- Born: 1973 (age 51–52) Tel Aviv, Israel
- Genres: Classical
- Occupation: Musician
- Instrument: Viola
- Website: avrilevitan.com

= Avri Levitan =

Israeli violist (born 1973)

Avri Levitan (עברי לביטן; born 1973) is an Israeli violist based in Berlin. He conceived the nonprofit Musethica with Carmen Marcuello in 2009 and launched it in 2012 in Zaragoza, Spain. Levitan has received nominations at the BBC Music Magazine Awards in 2009 and the Royal Philharmonic Society Music Awards in 2012.

==Early life and education==
Levitan was born in 1973 in Tel Aviv, Israel, and is of Polish descent. His parents introduced him to classical music, and he began taking viola lessons at the age of five. As a youth, he found practicing the viola to be challenging, as he preferred football. He told China Daily, "But when I stopped playing music, after one or two days, I realized that I cannot live without music." In an interview published by the America-Israel Cultural Foundation, Levitan states that he was inspired, while growing up in Israel, by artists such as Leonard Bernstein, Pnina Salzman, and also Haim Taub, with whom he studied.

Levitan studied at the Rubin Tel Aviv Academy before going on to receive a masters degree from the Conservatoire National Supérieur de Paris. Pinchas Zukerman, Michael Tree, and Ivry Gitlis were his advisers while he was a student. In 1994, he performed at Schleswig-Holstein Musik Festival in his first performance with the Israeli Symphony Orchestra.

==Career==
In 2001, Levitan performed on the viola at the Women's League Hall with Yonatan Zak, who performed on the piano. The Jerusalem Post reviewer Ury Eppstein wrote, "Levitan, young and obviously talented, displayed pure intonation and a warm singing tone, more than one commonly hears from this often pale-sounding instrument. His rendition of Schubert's 'Arpeggione Sonata' was animated and flowing, sensitive to many of the work's subtleties, indicating a remarkable degree of musicality."

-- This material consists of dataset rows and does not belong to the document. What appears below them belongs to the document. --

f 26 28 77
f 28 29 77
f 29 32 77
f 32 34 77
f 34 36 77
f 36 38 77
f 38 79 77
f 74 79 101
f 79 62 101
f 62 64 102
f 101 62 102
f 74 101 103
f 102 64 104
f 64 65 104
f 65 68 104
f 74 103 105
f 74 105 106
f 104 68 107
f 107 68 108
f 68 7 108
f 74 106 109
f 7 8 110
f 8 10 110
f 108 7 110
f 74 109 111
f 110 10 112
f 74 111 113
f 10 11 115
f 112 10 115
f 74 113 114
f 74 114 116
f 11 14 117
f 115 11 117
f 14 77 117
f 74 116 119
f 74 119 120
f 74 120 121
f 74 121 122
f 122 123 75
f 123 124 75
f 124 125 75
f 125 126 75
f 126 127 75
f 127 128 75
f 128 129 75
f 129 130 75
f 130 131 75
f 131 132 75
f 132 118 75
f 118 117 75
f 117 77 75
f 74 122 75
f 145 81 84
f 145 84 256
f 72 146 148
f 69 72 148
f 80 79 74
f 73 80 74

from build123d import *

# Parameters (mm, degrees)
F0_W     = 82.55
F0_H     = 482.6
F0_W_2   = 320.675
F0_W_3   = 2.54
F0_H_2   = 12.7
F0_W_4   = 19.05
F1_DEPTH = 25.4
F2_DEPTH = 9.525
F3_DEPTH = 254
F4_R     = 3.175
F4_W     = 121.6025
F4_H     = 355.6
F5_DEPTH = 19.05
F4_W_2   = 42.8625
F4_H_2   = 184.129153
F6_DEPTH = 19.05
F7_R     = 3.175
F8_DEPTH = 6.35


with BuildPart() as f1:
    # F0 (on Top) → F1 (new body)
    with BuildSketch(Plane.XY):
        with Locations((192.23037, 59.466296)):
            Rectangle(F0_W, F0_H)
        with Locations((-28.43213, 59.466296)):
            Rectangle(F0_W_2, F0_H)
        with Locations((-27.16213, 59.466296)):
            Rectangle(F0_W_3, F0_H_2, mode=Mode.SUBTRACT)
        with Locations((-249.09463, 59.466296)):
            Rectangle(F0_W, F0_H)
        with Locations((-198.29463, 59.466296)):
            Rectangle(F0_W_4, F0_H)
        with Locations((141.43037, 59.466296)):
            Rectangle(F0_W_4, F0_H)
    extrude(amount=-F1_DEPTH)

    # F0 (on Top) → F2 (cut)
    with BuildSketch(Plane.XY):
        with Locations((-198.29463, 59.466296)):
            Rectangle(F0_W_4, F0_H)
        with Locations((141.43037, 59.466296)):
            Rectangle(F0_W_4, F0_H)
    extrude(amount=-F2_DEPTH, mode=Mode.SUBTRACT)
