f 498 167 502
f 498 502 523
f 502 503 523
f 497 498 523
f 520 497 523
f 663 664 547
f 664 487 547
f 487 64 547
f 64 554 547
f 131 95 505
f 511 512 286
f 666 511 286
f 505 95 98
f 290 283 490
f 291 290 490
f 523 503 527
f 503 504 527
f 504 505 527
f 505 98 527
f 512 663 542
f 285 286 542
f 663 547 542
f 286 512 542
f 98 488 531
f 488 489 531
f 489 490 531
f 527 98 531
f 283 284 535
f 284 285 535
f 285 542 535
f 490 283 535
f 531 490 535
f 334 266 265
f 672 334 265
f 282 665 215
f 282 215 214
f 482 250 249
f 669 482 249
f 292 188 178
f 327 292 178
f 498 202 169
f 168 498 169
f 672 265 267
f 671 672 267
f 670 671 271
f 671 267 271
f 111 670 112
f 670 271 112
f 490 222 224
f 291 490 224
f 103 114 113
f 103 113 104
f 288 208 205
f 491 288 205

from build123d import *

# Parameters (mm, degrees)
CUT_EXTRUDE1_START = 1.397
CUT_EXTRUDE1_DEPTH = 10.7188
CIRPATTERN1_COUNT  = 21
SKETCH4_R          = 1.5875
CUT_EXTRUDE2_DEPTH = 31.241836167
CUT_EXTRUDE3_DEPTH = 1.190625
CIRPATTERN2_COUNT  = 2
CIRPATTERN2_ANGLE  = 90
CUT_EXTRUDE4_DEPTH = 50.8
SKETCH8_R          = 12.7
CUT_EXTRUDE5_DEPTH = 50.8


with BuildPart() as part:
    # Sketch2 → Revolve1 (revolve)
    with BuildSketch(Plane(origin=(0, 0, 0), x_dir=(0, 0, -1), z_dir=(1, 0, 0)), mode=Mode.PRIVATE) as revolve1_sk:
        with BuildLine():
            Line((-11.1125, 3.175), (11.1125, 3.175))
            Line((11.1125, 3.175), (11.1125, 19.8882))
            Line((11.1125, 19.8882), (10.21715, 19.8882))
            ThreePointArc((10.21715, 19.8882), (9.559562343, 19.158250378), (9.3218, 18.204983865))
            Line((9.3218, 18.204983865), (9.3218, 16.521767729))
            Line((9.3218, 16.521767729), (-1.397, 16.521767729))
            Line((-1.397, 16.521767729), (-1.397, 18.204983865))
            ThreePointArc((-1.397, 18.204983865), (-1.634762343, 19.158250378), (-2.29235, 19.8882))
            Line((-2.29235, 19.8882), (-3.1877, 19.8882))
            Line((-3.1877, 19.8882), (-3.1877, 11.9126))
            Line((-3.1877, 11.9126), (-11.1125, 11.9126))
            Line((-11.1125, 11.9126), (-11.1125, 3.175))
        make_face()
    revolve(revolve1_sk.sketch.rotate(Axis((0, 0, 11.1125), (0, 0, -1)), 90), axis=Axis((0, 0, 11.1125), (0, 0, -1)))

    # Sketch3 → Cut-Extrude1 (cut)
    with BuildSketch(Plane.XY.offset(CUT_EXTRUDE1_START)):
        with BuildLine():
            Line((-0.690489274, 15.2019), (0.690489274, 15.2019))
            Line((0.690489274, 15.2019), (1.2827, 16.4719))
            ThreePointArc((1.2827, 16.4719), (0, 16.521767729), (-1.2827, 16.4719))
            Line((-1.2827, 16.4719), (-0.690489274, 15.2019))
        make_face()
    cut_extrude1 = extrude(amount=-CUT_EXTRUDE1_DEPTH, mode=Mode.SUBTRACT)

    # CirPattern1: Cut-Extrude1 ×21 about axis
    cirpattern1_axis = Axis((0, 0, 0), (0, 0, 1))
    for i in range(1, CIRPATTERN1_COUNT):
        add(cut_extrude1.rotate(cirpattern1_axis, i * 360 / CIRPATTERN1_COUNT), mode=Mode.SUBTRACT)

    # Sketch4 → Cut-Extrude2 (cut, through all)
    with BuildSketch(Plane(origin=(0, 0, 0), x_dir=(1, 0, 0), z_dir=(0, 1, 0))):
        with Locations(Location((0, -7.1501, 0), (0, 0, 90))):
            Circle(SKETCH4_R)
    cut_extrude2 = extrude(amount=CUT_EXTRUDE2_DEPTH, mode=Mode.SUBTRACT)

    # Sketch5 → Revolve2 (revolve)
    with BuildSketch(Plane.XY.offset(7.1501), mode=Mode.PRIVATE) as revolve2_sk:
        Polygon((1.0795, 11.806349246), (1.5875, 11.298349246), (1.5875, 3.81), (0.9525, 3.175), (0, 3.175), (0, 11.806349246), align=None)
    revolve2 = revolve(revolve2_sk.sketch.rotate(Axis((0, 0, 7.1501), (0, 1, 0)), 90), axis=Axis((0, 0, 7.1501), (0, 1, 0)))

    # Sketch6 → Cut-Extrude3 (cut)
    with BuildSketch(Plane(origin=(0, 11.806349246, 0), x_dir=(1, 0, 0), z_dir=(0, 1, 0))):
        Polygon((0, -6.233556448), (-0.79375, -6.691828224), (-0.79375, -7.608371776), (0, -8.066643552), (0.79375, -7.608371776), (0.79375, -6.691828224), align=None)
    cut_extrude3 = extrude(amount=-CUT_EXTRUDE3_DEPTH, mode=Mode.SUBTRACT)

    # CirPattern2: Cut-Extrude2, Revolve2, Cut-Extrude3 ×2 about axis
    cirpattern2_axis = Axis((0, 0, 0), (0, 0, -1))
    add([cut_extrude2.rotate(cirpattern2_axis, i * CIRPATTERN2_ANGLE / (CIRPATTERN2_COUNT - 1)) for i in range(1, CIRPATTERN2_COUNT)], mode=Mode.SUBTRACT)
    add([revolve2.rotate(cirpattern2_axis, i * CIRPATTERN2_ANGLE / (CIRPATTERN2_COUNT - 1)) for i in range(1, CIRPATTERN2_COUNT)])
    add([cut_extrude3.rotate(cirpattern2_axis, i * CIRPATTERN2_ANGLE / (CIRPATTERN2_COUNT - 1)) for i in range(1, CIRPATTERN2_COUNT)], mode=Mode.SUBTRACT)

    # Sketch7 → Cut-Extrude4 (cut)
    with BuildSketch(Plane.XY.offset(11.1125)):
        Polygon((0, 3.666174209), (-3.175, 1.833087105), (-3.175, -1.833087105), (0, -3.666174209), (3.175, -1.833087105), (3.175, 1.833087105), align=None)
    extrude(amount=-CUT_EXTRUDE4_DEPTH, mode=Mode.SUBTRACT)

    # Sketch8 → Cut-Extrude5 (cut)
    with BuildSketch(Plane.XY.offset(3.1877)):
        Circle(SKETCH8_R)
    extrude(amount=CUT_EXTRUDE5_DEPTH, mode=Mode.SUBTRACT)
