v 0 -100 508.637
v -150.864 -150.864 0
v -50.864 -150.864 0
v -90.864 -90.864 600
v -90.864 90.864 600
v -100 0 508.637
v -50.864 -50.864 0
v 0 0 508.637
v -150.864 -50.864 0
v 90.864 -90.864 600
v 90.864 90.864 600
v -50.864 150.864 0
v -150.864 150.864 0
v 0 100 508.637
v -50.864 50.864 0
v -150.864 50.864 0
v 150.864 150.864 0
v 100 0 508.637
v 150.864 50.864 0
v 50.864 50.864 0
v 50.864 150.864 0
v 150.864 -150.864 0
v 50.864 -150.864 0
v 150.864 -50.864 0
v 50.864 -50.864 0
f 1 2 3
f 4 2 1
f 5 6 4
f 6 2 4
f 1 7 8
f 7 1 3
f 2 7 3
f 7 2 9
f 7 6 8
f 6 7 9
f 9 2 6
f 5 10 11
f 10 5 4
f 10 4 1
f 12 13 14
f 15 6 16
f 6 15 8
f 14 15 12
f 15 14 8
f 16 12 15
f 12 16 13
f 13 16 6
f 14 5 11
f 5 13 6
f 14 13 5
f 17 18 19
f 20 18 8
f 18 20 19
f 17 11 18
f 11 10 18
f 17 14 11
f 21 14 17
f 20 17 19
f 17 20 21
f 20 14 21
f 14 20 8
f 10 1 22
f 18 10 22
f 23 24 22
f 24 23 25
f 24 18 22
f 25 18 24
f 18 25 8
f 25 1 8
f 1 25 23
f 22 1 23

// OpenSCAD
// Archiyou -> OpenSCAD  |  script: tomy  |  units: mm
// OpenSCAD has no units: coordinates are in mm.
// Parts: 0 CSG, 4 baked, 0 2D
//   baked: leg (shape was not recorded)
//   baked: legFrontRight (made by copy())
//   baked: legBackRight (made by copy())
//   baked: legBackLeft (made by copy())
// Parameters at export, for reference only (nothing in this file is linked to them):
//   HEIGHT = 600
//   BEAM_WIDTH = 100
//   LEG_OFFSET = 60

$fn = 32;
PART = "";

// leg  (layer legs): baked, shape was not recorded
module leg() {
    color([0, 0.502, 0]) polyhedron(
        points = [[-150.863749435, -150.863749435, 0], [-50.8637494353, -150.863749435, 0], [0, -100, 508.637494353], [0, -90.8637494353, 600], [-90.8637494353, -90.8637494353, 600], [-150.863749435, -50.8637494353, 0], [-100, 0, 508.637494353], [0, 0, 508.637494353], [-50.8637494353, -50.8637494353, 0], [0, 0, 600], [-90.8637494353, 0, 600]],
        faces = [[4, 3, 2, 1, 0], [8, 7, 6, 5], [0, 1, 8, 5], [3, 4, 10, 9], [10, 4, 0, 5, 6], [7, 2, 3, 9], [10, 6, 7, 9], [1, 2, 7, 8]]
    );
}

// legFrontRight  (layer legs): baked, made by copy()
module legFrontRight() {
    color([0, 0.502, 0]) polyhedron(
        points = [[0, 0, 600], [0, 0, 508.637494353], [0, 100, 508.637494353], [0, 90.8637494353, 600], [-100, 0, 508.637494353], [-150.863749435, 50.8637494353, 0], [-50.8637494353, 50.8637494353, 0], [-50.8637494353, 150.863749435, 0], [-150.863749435, 150.863749435, 0], [-90.8637494353, 90.8637494353, 600], [-90.8637494353, 0, 600]],
        faces = [[3, 2, 1, 0], [1, 6, 5, 4], [2, 3, 9, 8, 7], [10, 0, 1, 4], [0, 10, 9, 3], [5, 8, 9, 10, 4], [6, 7, 8, 5], [7, 6, 1, 2]]
    );
}

// legBackRight  (layer legs): baked, made by copy()
module legBackRight() {
    color([0, 0.502, 0]) polyhedron(
        points = [[0, 0, 600], [90.8637494353, 0, 600], [90.8637494353, 90.8637494353, 600], [0, 90.8637494353, 600], [150.863749435, 50.8637494353, 0], [50.8637494353, 50.8637494353, 0], [50.8637494353, 150.863749435, 0], [150.863749435, 150.863749435, 0], [0, 100, 508.637494353], [0, 0, 508.637494353], [100, 0, 508.637494353]],
        faces = [[3, 2, 1, 0], [7, 6, 5, 4], [8, 6, 7, 2, 3], [6, 8, 9, 5], [10, 4, 5, 9], [10, 9, 0, 1], [2, 7, 4, 10, 1], [0, 9, 8, 3]]
    );
}

// legBackLeft  (layer legs): baked, made by copy()
module legBackLeft() {
    color([0, 0.502, 0]) polyhedron(
        points = [[150.863749435, -50.8637494353, 0], [150.863749435, -150.863749435, 0], [50.8637494353, -150.863749435, 0], [50.8637494353, -50.8637494353, 0], [90.8637494353, 0, 600], [100, 0, 508.637494353], [0, 0, 508.637494353], [0, 0, 600], [0, -100, 508.637494353], [90.8637494353, -90.8637494353, 600], [0, -90.8637494353, 600]],
        faces = [[3, 2, 1, 0], [7, 6, 5, 4], [3, 6, 8, 2], [0, 1, 9, 4, 5], [10, 9, 1, 2, 8], [7, 4, 9, 10], [8, 6, 7, 10], [3, 0, 5, 6]]
    );
}

// 3D parts
if (PART == "" || PART == "leg") leg();
if (PART == "" || PART == "legFrontRight") legFrontRight();
if (PART == "" || PART == "legBackRight") legBackRight();
if (PART == "" || PART == "legBackLeft") legBackLeft();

His 2009 album was a BBC Music Magazine Awards nominee, and he also received a 2012 Royal Philharmonic Society Music Awards nomination. Levitan toured with the Nordic Symphony Orchestra under the direction of Anu Tali, performing Max Bruch's Kol Nidrei at the Vienna Konzerthaus Großer Saal.

In 2009, Levitan conceived of Musethica with Carmen Marcuello and launched it in 2012 in Zaragoza, Spain. Musethica merges the words "music" and "aesthetics". According to The Jerusalem Post, "The central tenet of the project is to create a model for gifted music students to perform on a regular basis for different audiences, principally for people who do not typically attend traditional concert halls." Musethica is now also active in Berlin, Germany.

===Documentary===
The documentary film k.364, by Douglas Gordon, tells Levitan's story and that of fellow Israeli musician Roi Shiloah.
k.364 was also produced as a video installation with multiple screens.

==Personal life==
Levitan is Jewish. He is married to the Swedish violinist Maria Winiarski, and they have three children.